## [WHAT NEEDS TO BE DONE]
Find the line in the entries below that contains "#345=LINE('',#317,#25);". Repeat it exactly, and every line after it through the line that contains "#352=PLANE('',#351);".

───── DATA UNDER STUDY ─────

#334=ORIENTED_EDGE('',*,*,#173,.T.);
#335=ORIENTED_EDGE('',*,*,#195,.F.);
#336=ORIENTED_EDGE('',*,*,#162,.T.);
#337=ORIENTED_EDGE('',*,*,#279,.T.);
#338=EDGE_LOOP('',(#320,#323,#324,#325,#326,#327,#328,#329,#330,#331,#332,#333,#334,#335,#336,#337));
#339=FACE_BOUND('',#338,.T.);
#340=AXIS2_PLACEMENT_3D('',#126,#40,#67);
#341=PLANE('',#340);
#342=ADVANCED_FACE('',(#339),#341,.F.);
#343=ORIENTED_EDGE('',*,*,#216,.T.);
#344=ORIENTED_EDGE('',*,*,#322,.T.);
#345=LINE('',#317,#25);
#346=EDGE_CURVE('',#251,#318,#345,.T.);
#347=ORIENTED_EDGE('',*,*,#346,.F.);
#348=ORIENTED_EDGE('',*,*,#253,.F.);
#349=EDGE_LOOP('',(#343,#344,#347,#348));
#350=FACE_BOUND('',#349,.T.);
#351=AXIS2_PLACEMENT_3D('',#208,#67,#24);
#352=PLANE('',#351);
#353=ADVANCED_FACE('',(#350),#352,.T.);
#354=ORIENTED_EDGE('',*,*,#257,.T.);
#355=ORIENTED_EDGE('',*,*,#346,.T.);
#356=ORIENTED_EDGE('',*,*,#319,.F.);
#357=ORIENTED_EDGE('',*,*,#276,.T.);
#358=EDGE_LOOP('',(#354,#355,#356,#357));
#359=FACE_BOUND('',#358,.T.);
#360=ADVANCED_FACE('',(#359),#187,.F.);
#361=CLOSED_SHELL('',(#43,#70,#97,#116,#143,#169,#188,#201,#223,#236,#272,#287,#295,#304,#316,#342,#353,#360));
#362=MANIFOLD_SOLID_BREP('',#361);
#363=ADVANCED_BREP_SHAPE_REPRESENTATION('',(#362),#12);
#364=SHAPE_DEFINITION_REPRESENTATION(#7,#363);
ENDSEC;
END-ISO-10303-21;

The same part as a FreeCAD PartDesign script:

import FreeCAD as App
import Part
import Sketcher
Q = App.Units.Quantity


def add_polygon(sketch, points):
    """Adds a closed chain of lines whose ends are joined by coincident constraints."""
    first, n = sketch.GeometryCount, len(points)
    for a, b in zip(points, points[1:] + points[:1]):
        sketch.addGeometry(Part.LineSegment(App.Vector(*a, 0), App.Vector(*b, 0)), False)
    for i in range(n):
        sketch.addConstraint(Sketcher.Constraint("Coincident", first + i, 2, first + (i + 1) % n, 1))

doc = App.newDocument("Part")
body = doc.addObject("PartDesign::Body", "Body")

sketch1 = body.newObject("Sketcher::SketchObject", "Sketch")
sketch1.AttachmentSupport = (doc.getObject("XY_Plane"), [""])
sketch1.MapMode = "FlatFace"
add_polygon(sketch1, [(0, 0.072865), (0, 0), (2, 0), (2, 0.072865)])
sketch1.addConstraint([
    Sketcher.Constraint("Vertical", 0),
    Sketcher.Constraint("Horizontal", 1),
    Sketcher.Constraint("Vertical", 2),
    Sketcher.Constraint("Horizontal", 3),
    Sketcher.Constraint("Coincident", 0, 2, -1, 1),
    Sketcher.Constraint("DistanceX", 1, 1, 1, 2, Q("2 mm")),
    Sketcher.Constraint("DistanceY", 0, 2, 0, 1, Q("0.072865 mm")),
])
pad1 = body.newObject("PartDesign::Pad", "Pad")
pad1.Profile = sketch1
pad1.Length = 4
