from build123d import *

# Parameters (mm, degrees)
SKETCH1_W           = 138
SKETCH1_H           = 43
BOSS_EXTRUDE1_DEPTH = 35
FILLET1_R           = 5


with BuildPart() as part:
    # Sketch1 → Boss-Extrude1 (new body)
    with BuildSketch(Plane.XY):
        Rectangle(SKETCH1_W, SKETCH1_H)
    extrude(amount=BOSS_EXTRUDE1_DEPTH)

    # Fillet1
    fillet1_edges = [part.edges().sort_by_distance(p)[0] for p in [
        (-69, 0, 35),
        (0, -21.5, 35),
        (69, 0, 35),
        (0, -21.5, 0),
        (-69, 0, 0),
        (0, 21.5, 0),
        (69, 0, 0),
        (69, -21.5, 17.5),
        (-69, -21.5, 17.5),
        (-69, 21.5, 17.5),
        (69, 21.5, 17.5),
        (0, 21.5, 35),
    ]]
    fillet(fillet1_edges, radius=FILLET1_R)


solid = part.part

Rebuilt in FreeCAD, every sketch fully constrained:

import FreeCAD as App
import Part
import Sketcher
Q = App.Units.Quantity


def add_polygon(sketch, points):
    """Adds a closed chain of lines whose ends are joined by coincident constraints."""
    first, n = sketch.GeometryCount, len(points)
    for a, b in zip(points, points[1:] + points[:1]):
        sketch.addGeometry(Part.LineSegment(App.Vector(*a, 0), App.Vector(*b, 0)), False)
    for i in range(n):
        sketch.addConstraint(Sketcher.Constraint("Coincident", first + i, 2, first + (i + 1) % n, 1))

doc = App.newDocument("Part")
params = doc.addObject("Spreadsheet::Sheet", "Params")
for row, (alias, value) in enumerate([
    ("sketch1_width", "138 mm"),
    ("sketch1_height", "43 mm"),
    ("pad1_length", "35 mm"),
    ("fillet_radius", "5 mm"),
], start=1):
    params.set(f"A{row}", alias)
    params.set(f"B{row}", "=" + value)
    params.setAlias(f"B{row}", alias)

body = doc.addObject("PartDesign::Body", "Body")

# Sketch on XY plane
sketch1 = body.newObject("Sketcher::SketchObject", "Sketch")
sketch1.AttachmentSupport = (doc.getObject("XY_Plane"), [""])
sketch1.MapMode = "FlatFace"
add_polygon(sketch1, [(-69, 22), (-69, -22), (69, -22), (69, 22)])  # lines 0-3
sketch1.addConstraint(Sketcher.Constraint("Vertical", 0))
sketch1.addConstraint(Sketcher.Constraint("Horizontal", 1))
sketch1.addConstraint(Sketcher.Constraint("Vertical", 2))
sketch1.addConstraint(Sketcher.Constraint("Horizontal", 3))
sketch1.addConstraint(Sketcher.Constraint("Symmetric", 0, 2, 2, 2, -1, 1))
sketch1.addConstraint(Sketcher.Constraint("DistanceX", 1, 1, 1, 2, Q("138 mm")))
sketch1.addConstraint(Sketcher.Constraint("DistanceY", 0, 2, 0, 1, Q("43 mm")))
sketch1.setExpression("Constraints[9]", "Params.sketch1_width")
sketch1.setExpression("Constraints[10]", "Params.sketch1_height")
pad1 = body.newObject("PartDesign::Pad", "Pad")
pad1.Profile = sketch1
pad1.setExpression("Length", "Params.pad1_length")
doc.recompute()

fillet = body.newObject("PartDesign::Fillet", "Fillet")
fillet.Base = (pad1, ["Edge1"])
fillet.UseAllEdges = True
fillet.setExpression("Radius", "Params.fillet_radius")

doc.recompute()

─────
───── DATA UNDER STUDY ─────

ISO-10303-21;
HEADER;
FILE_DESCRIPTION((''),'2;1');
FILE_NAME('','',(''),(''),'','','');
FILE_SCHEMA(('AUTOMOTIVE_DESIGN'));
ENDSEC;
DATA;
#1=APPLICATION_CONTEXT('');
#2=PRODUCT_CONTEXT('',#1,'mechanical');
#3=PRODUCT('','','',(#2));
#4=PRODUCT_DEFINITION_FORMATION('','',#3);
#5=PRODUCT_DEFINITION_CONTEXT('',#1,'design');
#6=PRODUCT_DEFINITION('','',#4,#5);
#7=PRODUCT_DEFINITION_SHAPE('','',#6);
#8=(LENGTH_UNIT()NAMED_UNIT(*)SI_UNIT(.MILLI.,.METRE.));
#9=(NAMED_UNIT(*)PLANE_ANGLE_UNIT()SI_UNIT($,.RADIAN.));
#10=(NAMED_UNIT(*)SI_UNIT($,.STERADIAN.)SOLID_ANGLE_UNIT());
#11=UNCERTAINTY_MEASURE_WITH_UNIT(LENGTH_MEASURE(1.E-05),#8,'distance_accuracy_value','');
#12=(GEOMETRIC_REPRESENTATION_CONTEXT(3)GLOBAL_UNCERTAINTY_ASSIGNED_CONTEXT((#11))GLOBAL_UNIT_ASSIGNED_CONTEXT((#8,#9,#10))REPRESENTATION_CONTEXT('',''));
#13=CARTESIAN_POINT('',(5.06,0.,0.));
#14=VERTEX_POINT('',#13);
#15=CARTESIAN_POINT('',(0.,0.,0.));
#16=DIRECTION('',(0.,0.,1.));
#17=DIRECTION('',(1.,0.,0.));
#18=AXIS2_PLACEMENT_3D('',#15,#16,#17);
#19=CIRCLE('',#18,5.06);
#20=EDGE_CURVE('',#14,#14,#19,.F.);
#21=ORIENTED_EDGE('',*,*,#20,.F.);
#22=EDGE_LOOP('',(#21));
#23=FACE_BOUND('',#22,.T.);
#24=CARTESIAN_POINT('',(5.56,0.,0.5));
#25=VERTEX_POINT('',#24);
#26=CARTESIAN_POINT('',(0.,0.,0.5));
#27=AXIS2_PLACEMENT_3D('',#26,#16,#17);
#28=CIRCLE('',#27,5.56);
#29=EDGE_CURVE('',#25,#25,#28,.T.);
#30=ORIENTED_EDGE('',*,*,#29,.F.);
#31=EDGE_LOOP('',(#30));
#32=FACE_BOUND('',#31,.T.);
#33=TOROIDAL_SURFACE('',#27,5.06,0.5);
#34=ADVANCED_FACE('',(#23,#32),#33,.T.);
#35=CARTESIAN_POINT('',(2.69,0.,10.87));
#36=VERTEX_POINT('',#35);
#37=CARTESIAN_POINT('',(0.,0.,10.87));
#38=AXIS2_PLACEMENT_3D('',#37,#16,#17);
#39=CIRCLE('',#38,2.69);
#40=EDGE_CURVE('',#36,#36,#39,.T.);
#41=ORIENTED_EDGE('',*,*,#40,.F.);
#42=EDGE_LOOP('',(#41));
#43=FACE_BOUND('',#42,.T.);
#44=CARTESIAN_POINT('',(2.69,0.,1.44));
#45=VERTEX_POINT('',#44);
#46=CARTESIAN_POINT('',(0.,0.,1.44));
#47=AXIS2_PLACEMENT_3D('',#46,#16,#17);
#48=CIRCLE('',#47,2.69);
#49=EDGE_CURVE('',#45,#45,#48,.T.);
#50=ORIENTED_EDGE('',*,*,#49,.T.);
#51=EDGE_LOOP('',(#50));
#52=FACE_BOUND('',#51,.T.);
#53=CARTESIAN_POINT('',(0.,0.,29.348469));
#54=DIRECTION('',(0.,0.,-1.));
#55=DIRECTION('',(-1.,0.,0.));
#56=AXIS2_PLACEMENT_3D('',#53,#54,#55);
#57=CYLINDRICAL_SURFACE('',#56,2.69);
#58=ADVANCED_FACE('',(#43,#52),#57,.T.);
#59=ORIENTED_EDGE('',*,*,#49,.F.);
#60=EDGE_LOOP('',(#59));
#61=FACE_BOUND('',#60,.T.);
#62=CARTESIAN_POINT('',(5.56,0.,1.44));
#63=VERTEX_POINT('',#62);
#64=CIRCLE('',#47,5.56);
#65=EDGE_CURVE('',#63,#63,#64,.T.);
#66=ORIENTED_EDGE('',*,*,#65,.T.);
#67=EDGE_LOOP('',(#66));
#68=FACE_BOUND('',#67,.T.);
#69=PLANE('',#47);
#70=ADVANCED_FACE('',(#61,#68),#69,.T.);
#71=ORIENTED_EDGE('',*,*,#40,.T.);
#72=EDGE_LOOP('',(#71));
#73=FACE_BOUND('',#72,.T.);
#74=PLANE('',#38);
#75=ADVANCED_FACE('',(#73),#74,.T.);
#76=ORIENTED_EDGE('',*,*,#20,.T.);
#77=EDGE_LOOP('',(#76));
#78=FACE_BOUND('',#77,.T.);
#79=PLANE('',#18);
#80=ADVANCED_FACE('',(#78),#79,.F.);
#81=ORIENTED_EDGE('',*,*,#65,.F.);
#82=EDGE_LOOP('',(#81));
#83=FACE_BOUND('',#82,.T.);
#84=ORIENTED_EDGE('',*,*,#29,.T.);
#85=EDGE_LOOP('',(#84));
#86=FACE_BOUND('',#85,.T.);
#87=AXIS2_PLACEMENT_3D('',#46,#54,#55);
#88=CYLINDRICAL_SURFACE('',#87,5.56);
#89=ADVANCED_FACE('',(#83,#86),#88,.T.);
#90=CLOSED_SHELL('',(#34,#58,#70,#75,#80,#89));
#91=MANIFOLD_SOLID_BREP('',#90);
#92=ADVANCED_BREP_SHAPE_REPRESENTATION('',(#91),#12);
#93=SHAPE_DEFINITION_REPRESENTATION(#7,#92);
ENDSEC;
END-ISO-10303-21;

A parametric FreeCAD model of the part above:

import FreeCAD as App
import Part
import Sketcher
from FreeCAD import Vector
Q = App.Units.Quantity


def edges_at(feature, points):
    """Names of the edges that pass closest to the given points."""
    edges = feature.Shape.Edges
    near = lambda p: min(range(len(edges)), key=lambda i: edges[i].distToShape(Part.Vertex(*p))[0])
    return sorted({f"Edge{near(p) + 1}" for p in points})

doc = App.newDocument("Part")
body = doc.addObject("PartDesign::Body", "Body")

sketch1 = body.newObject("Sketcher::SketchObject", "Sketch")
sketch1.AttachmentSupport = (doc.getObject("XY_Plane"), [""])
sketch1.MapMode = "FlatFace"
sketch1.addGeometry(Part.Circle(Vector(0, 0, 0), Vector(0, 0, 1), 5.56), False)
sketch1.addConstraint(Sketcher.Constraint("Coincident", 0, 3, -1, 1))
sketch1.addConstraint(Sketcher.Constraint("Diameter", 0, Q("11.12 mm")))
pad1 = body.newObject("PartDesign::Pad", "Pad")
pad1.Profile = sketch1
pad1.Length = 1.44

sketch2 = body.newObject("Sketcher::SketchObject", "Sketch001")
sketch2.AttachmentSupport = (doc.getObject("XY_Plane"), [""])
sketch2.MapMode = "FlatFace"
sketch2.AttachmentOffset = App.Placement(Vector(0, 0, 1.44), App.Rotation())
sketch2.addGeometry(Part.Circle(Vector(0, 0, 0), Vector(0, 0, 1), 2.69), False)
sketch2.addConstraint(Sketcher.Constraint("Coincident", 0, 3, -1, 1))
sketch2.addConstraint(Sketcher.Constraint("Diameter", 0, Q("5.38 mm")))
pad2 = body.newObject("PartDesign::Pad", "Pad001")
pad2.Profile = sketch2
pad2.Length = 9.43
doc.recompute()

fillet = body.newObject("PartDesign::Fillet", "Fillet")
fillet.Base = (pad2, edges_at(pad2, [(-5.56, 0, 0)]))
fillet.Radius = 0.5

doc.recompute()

─────

## [PROBLEM SOLUTION]
#345=LINE('',#317,#25);
#346=EDGE_CURVE('',#251,#318,#345,.T.);
#347=ORIENTED_EDGE('',*,*,#346,.F.);
#348=ORIENTED_EDGE('',*,*,#253,.F.);
#349=EDGE_LOOP('',(#343,#344,#347,#348));
#350=FACE_BOUND('',#349,.T.);
#351=AXIS2_PLACEMENT_3D('',#208,#67,#24);
#352=PLANE('',#351);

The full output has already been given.